● Your objective
Print the data below exactly, but only the lines from the one containing "v12 (13.085799,50.8,5.6896)" down to the one containing "-e24 -e28 -e27]", inclusive.

(Stored data entries)
----------------------------------------

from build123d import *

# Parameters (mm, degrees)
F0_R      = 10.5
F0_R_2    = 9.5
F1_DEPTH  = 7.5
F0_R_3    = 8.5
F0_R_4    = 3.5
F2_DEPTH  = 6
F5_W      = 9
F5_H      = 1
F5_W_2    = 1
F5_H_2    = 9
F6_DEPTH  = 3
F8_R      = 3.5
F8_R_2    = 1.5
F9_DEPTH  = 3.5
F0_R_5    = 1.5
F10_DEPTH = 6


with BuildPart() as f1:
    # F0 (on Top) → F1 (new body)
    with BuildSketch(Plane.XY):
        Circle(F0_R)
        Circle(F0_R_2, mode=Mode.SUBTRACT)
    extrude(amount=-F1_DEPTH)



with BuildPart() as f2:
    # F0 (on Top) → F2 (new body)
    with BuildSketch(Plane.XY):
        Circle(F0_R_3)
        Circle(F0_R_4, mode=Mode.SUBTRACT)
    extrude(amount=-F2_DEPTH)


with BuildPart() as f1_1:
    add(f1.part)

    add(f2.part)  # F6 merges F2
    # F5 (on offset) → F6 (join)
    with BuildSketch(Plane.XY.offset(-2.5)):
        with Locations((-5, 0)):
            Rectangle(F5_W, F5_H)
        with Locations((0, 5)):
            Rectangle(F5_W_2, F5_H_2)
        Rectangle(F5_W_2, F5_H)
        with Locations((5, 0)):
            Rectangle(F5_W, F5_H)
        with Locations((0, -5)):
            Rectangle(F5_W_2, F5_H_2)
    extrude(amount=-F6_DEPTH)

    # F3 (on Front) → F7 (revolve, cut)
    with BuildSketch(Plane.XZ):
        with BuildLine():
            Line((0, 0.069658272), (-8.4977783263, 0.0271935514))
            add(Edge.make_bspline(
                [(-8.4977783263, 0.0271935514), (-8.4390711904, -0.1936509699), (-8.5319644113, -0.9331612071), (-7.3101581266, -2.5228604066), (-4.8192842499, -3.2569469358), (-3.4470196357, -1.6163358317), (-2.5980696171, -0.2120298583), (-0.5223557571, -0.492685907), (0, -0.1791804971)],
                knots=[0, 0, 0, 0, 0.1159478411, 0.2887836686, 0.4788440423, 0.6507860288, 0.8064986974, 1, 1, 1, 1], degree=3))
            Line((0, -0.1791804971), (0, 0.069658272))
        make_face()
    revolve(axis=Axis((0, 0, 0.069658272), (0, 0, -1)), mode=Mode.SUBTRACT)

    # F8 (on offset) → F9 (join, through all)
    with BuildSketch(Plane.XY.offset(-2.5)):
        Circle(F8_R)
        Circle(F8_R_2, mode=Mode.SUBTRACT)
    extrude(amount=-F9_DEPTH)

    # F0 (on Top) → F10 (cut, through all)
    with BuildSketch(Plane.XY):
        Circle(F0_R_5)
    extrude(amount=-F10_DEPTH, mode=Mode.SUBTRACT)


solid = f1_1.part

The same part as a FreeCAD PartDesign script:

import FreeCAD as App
import Part
import Sketcher
Q = App.Units.Quantity


def add_polygon(sketch, points):
    """Adds a closed chain of lines whose ends are joined by coincident constraints."""
    first, n = sketch.GeometryCount, len(points)
    for a, b in zip(points, points[1:] + points[:1]):
        sketch.addGeometry(Part.LineSegment(App.Vector(*a, 0), App.Vector(*b, 0)), False)
    for i in range(n):
        sketch.addConstraint(Sketcher.Constraint("Coincident", first + i, 2, first + (i + 1) % n, 1))

doc = App.newDocument("Part")
params = doc.addObject("Spreadsheet::Sheet", "Params")
for row, (alias, value) in enumerate([
    ("sketch1_diameter", "21 mm"),
    ("sketch1_diameter2", "19 mm"),
    ("pad1_length", "7.5 mm"),
    ("sketch2_diameter", "17 mm"),
    ("sketch2_diameter2", "7 mm"),
    ("pad2_length", "6 mm"),
    ("sketch3_width", "9 mm"),
    ("sketch3_width2", "1 mm"),
    ("pad3_length", "3 mm"),
    ("groove_angle", "360 deg"),
    ("sketch5_diameter", "7 mm"),
    ("sketch5_diameter2", "3 mm"),
    ("pad4_length", "3.5 mm"),
    ("sketch6_diameter", "3 mm"),
], start=1):
    params.set(f"A{row}", alias)
    params.set(f"B{row}", "=" + value)
    params.setAlias(f"B{row}", alias)

body = doc.addObject("PartDesign::Body", "Body")

sketch1 = body.newObject("Sketcher::SketchObject", "Sketch")
sketch1.AttachmentSupport = (doc.getObject("XY_Plane"), [""])
sketch1.MapMode = "FlatFace"
sketch1.addGeometry([
    Part.Circle(App.Vector(0, 0, 0), App.Vector(0, 0, 1), 10),
    Part.Circle(App.Vector(0, 0, 0), App.Vector(0, 0, 1), 10),
], False)
sketch1.addConstraint([
    Sketcher.Constraint("Coincident", 0, 3, -1, 1),
    Sketcher.Constraint("Coincident", 1, 3, -1, 1),
    Sketcher.Constraint("Diameter", 0, Q("21 mm")),
    Sketcher.Constraint("Diameter", 1, Q("19 mm")),
])
sketch1.setExpression("Constraints[2]", "Params.sketch1_diameter")
sketch1.setExpression("Constraints[3]", "Params.sketch1_diameter2")
pad1 = body.newObject("PartDesign::Pad", "Pad")
pad1.Profile = sketch1
pad1.setExpression("Length", "Params.pad1_length")
pad1.Reversed = True
body2 = doc.addObject("PartDesign::Body", "Body001")

sketch2 = body2.newObject("Sketcher::SketchObject", "Sketch001")
sketch2.AttachmentSupport = (doc.getObject("XY_Plane001"), [""])
sketch2.MapMode = "FlatFace"
sketch2.addGeometry([
    Part.Circle(App.Vector(0, 0, 0), App.Vector(0, 0, 1), 8.5),
    Part.Circle(App.Vector(0, 0, 0), App.Vector(0, 0, 1), 3.5),
], False)
sketch2.addConstraint([
    Sketcher.Constraint("Coincident", 0, 3, -1, 1),
    Sketcher.Constraint("Coincident", 1, 3, -1, 1),
    Sketcher.Constraint("Diameter", 0, Q("17 mm")),
    Sketcher.Constraint("Diameter", 1, Q("7 mm")),
])
sketch2.setExpression("Constraints[2]", "Params.sketch2_diameter")
sketch2.setExpression("Constraints[3]", "Params.sketch2_diameter2")
pad2 = body2.newObject("PartDesign::Pad", "Pad001")
pad2.Profile = sketch2
pad2.setExpression("Length", "Params.pad2_length")
pad2.Reversed = True
body.AllowCompound = True
doc.recompute()

boolean = body.newObject("PartDesign::Boolean", "Boolean")
boolean.Type = "Fuse"
boolean.addObjects([body2])

sketch3 = body.newObject("Sketcher::SketchObject", "Sketch002")
sketch3.AttachmentSupport = (doc.getObject("XY_Plane"), [""])
sketch3.MapMode = "FlatFace"
sketch3.AttachmentOffset = App.Placement(App.Vector(0, 0, -2.5), App.Rotation())
add_polygon(sketch3, [(-9.5, 0.5), (-9.5, -0.5), (-0.5, -0.5), (-0.5, -9.5), (0.5, -9.5), (0.5, -0.5), (9.5, -0.5), (9.5, 0.5), (0.5, 0.5), (0.5, 9.5), (-0.5, 9.5), (-0.5, 0.5)])
sketch3.addConstraint([
    Sketcher.Constraint("Vertical", 0),
    Sketcher.Constraint("Horizontal", 1),
    Sketcher.Constraint("Vertical", 2),
    Sketcher.Constraint("Horizontal", 3),
    Sketcher.Constraint("Vertical", 4),
    Sketcher.Constraint("Horizontal", 5),
    Sketcher.Constraint("Vertical", 6),
    Sketcher.Constraint("Horizontal", 7),
    Sketcher.Constraint("Vertical", 8),
    Sketcher.Constraint("Horizontal", 9),
    Sketcher.Constraint("Vertical", 10),
    Sketcher.Constraint("Horizontal", 11),
    Sketcher.Constraint("Symmetric", 0, 2, 6, 2, -1, 1),
    Sketcher.Constraint("Symmetric", 2, 2, 8, 2, -1, 1),
    Sketcher.Constraint("Symmetric", 4, 2, 10, 2, -1, 1),
    Sketcher.Constraint("Symmetric", 1, 2, 4, 2, -2),
    Sketcher.Constraint("Equal", 9, 0),
    Sketcher.Constraint("Equal", 11, 2),
    Sketcher.Constraint("DistanceX", 1, 1, 1, 2, Q("9 mm")),
    Sketcher.Constraint("DistanceX", 3, 1, 3, 2, Q("1 mm")),
])
sketch3.setExpression("Constraints[30]", "Params.sketch3_width")
sketch3.setExpression("Constraints[31]", "Params.sketch3_width2")
pad3 = body.newObject("PartDesign::Pad", "Pad002")
pad3.Profile = sketch3
pad3.setExpression("Length", "Params.pad3_length")
pad3.Reversed = True

sketch4 = body.newObject("Sketcher::SketchObject", "Sketch003")
sketch4.AttachmentSupport = (doc.getObject("XZ_Plane"), [""])
sketch4.MapMode = "FlatFace"
sketch4.addGeometry([
    Part.LineSegment(App.Vector(0, 0.069658, 0), App.Vector(-8.497778, 0.027194, 0)),
    Part.BSplineCurve([App.Vector(-8.497778, 0.027194, 0), App.Vector(-8.439071, -0.193651, 0), App.Vector(-8.531964, -0.933161, 0), App.Vector(-7.310158, -2.52286, 0), App.Vector(-4.819284, -3.256947, 0), App.Vector(-3.44702, -1.616336, 0), App.Vector(-2.59807, -0.21203, 0), App.Vector(-0.522356, -0.492686, 0), App.Vector(0, -0.17918, 0)], [4, 1, 1, 1, 1, 1, 4], [0, 0.115947841, 0.288783669, 0.478844042, 0.650786029, 0.806498697, 1], False, 3, [1, 1, 1, 1, 1, 1, 1, 1, 1], False),
    Part.LineSegment(App.Vector(0, -0.17918, 0), App.Vector(0, 0.069658, 0)),
], False)
sketch4.addConstraint([
    Sketcher.Constraint("Block", 1),
    Sketcher.Constraint("Coincident", 0, 2, 1, 1),
    Sketcher.Constraint("Coincident", 1, 2, 2, 1),
    Sketcher.Constraint("Coincident", 2, 2, 0, 1),
    Sketcher.Constraint("Vertical", 2),
    Sketcher.Constraint("DistanceY", 2, 1, 2, 2, Q("0.248839 mm")),
])
groove = body.newObject("PartDesign::Groove", "Groove")
groove.Profile = sketch4
groove.ReferenceAxis = (sketch4, ["V_Axis"])
groove.setExpression("Angle", "Params.groove_angle")

sketch5 = body.newObject("Sketcher::SketchObject", "Sketch004")
sketch5.AttachmentSupport = (doc.getObject("XY_Plane"), [""])
sketch5.MapMode = "FlatFace"
sketch5.AttachmentOffset = App.Placement(App.Vector(0, 0, -2.5), App.Rotation())
sketch5.addGeometry([
    Part.Circle(App.Vector(0, 0, 0), App.Vector(0, 0, 1), 3.5),
    Part.Circle(App.Vector(0, 0, 0), App.Vector(0, 0, 1), 1.5),
], False)
sketch5.addConstraint([
    Sketcher.Constraint("Coincident", 0, 3, -1, 1),
    Sketcher.Constraint("Coincident", 1, 3, -1, 1),
    Sketcher.Constraint("Diameter", 0, Q("7 mm")),
    Sketcher.Constraint("Diameter", 1, Q("3 mm")),
])
sketch5.setExpression("Constraints[2]", "Params.sketch5_diameter")
sketch5.setExpression("Constraints[3]", "Params.sketch5_diameter2")
pad4 = body.newObject("PartDesign::Pad", "Pad003")
pad4.Profile = sketch5
pad4.setExpression("Length", "Params.pad4_length")
pad4.Reversed = True

sketch6 = body.newObject("Sketcher::SketchObject", "Sketch005")
sketch6.AttachmentSupport = (doc.getObject("XY_Plane"), [""])
sketch6.MapMode = "FlatFace"
sketch6.addGeometry(Part.Circle(App.Vector(0, 0, 0), App.Vector(0, 0, 1), 1.5), False)
sketch6.addConstraint([
    Sketcher.Constraint("Coincident", 0, 3, -1, 1),
    Sketcher.Constraint("Diameter", 0, Q("3 mm")),
])
sketch6.setExpression("Constraints[1]", "Params.sketch6_diameter")
pocket1 = body.newObject("PartDesign::Pocket", "Pocket")
pocket1.Profile = sketch6
pocket1.Type = "ThroughAll"

doc.recompute()
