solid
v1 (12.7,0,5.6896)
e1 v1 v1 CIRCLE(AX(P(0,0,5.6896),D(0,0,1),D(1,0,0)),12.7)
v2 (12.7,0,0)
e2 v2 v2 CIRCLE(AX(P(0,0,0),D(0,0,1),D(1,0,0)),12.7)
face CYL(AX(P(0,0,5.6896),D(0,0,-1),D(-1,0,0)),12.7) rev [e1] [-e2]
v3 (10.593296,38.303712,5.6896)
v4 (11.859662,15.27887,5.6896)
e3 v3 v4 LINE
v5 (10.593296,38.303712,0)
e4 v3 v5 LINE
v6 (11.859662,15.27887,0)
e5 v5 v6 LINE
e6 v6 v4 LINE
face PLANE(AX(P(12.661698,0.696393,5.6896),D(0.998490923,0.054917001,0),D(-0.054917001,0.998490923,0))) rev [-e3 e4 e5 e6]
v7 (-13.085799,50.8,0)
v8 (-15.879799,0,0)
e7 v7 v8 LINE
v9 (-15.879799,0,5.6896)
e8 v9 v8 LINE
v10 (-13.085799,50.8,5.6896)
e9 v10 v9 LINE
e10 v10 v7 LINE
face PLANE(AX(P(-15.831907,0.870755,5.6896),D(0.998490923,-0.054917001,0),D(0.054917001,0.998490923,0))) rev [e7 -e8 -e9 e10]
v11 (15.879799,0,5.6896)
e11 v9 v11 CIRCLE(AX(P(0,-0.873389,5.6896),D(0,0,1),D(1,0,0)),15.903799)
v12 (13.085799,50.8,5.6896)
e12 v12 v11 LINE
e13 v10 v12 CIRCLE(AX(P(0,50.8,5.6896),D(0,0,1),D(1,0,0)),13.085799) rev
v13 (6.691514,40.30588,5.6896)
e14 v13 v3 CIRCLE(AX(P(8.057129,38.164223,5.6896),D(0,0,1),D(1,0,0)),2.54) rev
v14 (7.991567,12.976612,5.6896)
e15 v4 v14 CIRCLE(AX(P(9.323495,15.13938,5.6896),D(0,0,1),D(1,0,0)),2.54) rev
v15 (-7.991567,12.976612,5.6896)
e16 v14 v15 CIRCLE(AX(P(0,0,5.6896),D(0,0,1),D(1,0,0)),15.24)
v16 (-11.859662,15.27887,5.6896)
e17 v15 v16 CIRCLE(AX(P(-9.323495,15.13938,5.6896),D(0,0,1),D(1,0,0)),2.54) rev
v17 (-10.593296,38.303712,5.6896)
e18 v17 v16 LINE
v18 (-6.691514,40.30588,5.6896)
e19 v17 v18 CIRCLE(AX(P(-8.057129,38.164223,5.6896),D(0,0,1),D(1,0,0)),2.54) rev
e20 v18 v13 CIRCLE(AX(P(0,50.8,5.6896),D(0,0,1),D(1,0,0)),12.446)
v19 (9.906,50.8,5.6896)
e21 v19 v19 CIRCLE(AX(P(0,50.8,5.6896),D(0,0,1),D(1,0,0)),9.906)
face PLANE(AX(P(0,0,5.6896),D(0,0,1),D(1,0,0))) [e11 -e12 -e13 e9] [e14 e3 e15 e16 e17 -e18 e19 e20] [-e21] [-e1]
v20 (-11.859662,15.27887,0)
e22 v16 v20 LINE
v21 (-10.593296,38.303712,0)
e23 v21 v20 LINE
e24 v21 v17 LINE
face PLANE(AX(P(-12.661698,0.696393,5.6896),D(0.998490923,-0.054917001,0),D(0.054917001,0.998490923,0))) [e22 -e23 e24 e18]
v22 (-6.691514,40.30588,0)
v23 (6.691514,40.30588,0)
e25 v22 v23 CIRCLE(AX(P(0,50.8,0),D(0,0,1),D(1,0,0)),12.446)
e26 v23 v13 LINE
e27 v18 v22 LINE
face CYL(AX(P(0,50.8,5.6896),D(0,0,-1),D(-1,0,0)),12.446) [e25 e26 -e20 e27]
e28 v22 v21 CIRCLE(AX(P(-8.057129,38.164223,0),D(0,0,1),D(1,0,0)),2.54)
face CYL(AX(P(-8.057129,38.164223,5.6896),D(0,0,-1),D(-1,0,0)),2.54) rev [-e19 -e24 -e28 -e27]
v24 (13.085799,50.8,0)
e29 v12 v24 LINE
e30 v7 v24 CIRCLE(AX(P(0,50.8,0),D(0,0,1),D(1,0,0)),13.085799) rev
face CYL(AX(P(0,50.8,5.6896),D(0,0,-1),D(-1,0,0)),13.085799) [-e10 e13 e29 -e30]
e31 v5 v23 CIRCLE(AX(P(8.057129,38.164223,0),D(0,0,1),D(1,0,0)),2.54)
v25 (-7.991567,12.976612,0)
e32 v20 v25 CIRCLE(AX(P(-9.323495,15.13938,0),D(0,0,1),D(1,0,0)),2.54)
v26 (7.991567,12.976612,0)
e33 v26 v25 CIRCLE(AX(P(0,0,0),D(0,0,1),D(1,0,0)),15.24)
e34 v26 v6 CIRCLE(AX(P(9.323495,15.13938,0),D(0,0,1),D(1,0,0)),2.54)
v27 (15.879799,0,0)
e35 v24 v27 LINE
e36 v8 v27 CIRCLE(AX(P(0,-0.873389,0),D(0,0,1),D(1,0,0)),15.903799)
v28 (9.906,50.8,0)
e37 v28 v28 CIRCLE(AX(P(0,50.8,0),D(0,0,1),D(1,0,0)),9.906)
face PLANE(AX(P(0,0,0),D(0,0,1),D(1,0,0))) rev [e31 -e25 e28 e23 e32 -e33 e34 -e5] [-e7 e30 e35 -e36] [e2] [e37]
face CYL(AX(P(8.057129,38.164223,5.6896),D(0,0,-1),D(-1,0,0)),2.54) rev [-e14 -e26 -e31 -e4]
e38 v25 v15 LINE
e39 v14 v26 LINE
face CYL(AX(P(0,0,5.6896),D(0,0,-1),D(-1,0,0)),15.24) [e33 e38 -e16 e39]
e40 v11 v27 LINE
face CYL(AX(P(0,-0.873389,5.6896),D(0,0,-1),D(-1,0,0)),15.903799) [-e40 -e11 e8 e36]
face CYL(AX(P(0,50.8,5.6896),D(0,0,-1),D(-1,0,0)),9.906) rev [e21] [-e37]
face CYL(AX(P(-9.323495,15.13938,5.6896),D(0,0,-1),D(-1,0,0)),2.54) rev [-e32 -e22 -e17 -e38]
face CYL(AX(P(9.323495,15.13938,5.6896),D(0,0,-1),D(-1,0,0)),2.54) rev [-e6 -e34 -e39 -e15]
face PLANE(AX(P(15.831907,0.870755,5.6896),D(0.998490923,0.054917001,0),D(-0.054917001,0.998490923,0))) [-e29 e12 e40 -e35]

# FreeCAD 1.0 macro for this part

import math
import FreeCAD as App
import Part
import Sketcher
Q = App.Units.Quantity


def edges_at(feature, points):
    """Names of the edges that pass closest to the given points."""
    edges = feature.Shape.Edges
    near = lambda p: min(range(len(edges)), key=lambda i: edges[i].distToShape(Part.Vertex(*p))[0])
    return sorted({f"Edge{near(p) + 1}" for p in points})

doc = App.newDocument("Part")
body = doc.addObject("PartDesign::Body", "Body")

sketch1 = body.newObject("Sketcher::SketchObject", "Sketch")
sketch1.AttachmentSupport = (doc.getObject("XY_Plane"), [""])
sketch1.MapMode = "FlatFace"
sketch1.addGeometry(Part.ArcOfCircle(Part.Circle(App.Vector(0, 51, 0), App.Vector(0, 0, 1), 13), math.radians(0), math.radians(180)), False)
sketch1.addGeometry(Part.LineSegment(App.Vector(-13, 51, 0), App.Vector(-16, 0, 0)), False)
sketch1.addGeometry(Part.ArcOfCircle(Part.Circle(App.Vector(0, -1, 0), App.Vector(0, 0, 1), 16), math.radians(177), math.radians(363)), False)
sketch1.addGeometry(Part.LineSegment(App.Vector(16, 0, 0), App.Vector(13, 51, 0)), False)
sketch1.addGeometry(Part.Circle(App.Vector(0, 0, 0), App.Vector(0, 0, 1), 13), False)
sketch1.addGeometry(Part.ArcOfCircle(Part.Circle(App.Vector(0, 0, 0), App.Vector(0, 0, 1), 15), math.radians(37), math.radians(143)), False)
sketch1.addGeometry(Part.LineSegment(App.Vector(-12, 9, 0), App.Vector(-10, 44, 0)), False)
sketch1.addGeometry(Part.ArcOfCircle(Part.Circle(App.Vector(0, 51, 0), App.Vector(0, 0, 1), 12), math.radians(-146), math.radians(-34)), False)
sketch1.addGeometry(Part.LineSegment(App.Vector(10, 44, 0), App.Vector(12, 9, 0)), False)
sketch1.addGeometry(Part.Circle(App.Vector(0, 51, 0), App.Vector(0, 0, 1), 10), False)
sketch1.addConstraint(Sketcher.Constraint("Coincident", 0, 2, 1, 1))
sketch1.addConstraint(Sketcher.Constraint("Tangent", 1, 2, 2, 1))
sketch1.addConstraint(Sketcher.Constraint("Tangent", 2, 2, 3, 1))
sketch1.addConstraint(Sketcher.Constraint("Coincident", 3, 2, 0, 1))
sketch1.addConstraint(Sketcher.Constraint("Coincident", 5, 2, 6, 1))
sketch1.addConstraint(Sketcher.Constraint("Coincident", 6, 2, 7, 1))
sketch1.addConstraint(Sketcher.Constraint("Coincident", 7, 2, 8, 1))
sketch1.addConstraint(Sketcher.Constraint("Coincident", 8, 2, 5, 1))
sketch1.addConstraint(Sketcher.Constraint("Coincident", 4, 3, -1, 1))
sketch1.addConstraint(Sketcher.Constraint("Coincident", 5, 3, -1, 1))
sketch1.addConstraint(Sketcher.Constraint("Coincident", 7, 3, 0, 3))
sketch1.addConstraint(Sketcher.Constraint("Coincident", 9, 3, 0, 3))
sketch1.addConstraint(Sketcher.Constraint("Symmetric", 1, 2, 2, 2, -1, 1))
sketch1.addConstraint(Sketcher.Constraint("Symmetric", 0, 2, 3, 2, -2))
sketch1.addConstraint(Sketcher.Constraint("Parallel", 1, 6))
sketch1.addConstraint(Sketcher.Constraint("Parallel", 3, 8))
sketch1.addConstraint(Sketcher.Constraint("Horizontal", 9, 3, 0, 2))
sketch1.addConstraint(Sketcher.Constraint("Horizontal", 6, 2, 7, 2))
sketch1.addConstraint(Sketcher.Constraint("Diameter", 4, Q("1 in")))
sketch1.addConstraint(Sketcher.Constraint("Radius", 5, Q("0.6 in")))
sketch1.addConstraint(Sketcher.Constraint("Diameter", 9, Q("0.78 in")))
sketch1.addConstraint(Sketcher.Constraint("Radius", 7, Q("0.49 in")))
sketch1.addConstraint(Sketcher.Constraint("DistanceY", -1, 1, 0, 3, Q("2 in")))
sketch1.addConstraint(Sketcher.Constraint("Radius", 0, 13.085799))
sketch1.addConstraint(Sketcher.Constraint("Radius", 2, 15.903799))
sketch1.addConstraint(Sketcher.Constraint("Distance", 6, 34.71582))
pad1 = body.newObject("PartDesign::Pad", "Pad")
pad1.Profile = sketch1
pad1.Length = Q("0.224 in")
doc.recompute()

fillet = body.newObject("PartDesign::Fillet", "Fillet")
fillet.Base = (pad1, edges_at(pad1, [
    (-10.291, 43.8, 2.845),
    (-12.197, 9.137, 2.845),
    (12.197, 9.137, 2.845),
    (10.291, 43.8, 2.845),
]))
fillet.Radius = Q("0.1 in")

doc.recompute()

----------------------------------------

● Written answer
v12 (13.085799,50.8,5.6896)
e12 v12 v11 LINE
e13 v10 v12 CIRCLE(AX(P(0,50.8,5.6896),D(0,0,1),D(1,0,0)),13.085799) rev
v13 (6.691514,40.30588,5.6896)
e14 v13 v3 CIRCLE(AX(P(8.057129,38.164223,5.6896),D(0,0,1),D(1,0,0)),2.54) rev
v14 (7.991567,12.976612,5.6896)
e15 v4 v14 CIRCLE(AX(P(9.323495,15.13938,5.6896),D(0,0,1),D(1,0,0)),2.54) rev
v15 (-7.991567,12.976612,5.6896)
e16 v14 v15 CIRCLE(AX(P(0,0,5.6896),D(0,0,1),D(1,0,0)),15.24)
v16 (-11.859662,15.27887,5.6896)
e17 v15 v16 CIRCLE(AX(P(-9.323495,15.13938,5.6896),D(0,0,1),D(1,0,0)),2.54) rev
v17 (-10.593296,38.303712,5.6896)
e18 v17 v16 LINE
v18 (-6.691514,40.30588,5.6896)
e19 v17 v18 CIRCLE(AX(P(-8.057129,38.164223,5.6896),D(0,0,1),D(1,0,0)),2.54) rev
e20 v18 v13 CIRCLE(AX(P(0,50.8,5.6896),D(0,0,1),D(1,0,0)),12.446)
v19 (9.906,50.8,5.6896)
e21 v19 v19 CIRCLE(AX(P(0,50.8,5.6896),D(0,0,1),D(1,0,0)),9.906)
face PLANE(AX(P(0,0,5.6896),D(0,0,1),D(1,0,0))) [e11 -e12 -e13 e9] [e14 e3 e15 e16 e17 -e18 e19 e20] [-e21] [-e1]
v20 (-11.859662,15.27887,0)
e22 v16 v20 LINE
v21 (-10.593296,38.303712,0)
e23 v21 v20 LINE
e24 v21 v17 LINE
face PLANE(AX(P(-12.661698,0.696393,5.6896),D(0.998490923,-0.054917001,0),D(0.054917001,0.998490923,0))) [e22 -e23 e24 e18]
v22 (-6.691514,40.30588,0)
v23 (6.691514,40.30588,0)
e25 v22 v23 CIRCLE(AX(P(0,50.8,0),D(0,0,1),D(1,0,0)),12.446)
e26 v23 v13 LINE
e27 v18 v22 LINE
face CYL(AX(P(0,50.8,5.6896),D(0,0,-1),D(-1,0,0)),12.446) [e25 e26 -e20 e27]
e28 v22 v21 CIRCLE(AX(P(-8.057129,38.164223,0),D(0,0,1),D(1,0,0)),2.54)
face CYL(AX(P(-8.057129,38.164223,5.6896),D(0,0,-1),D(-1,0,0)),2.54) rev [-e19 -e24 -e28 -e27]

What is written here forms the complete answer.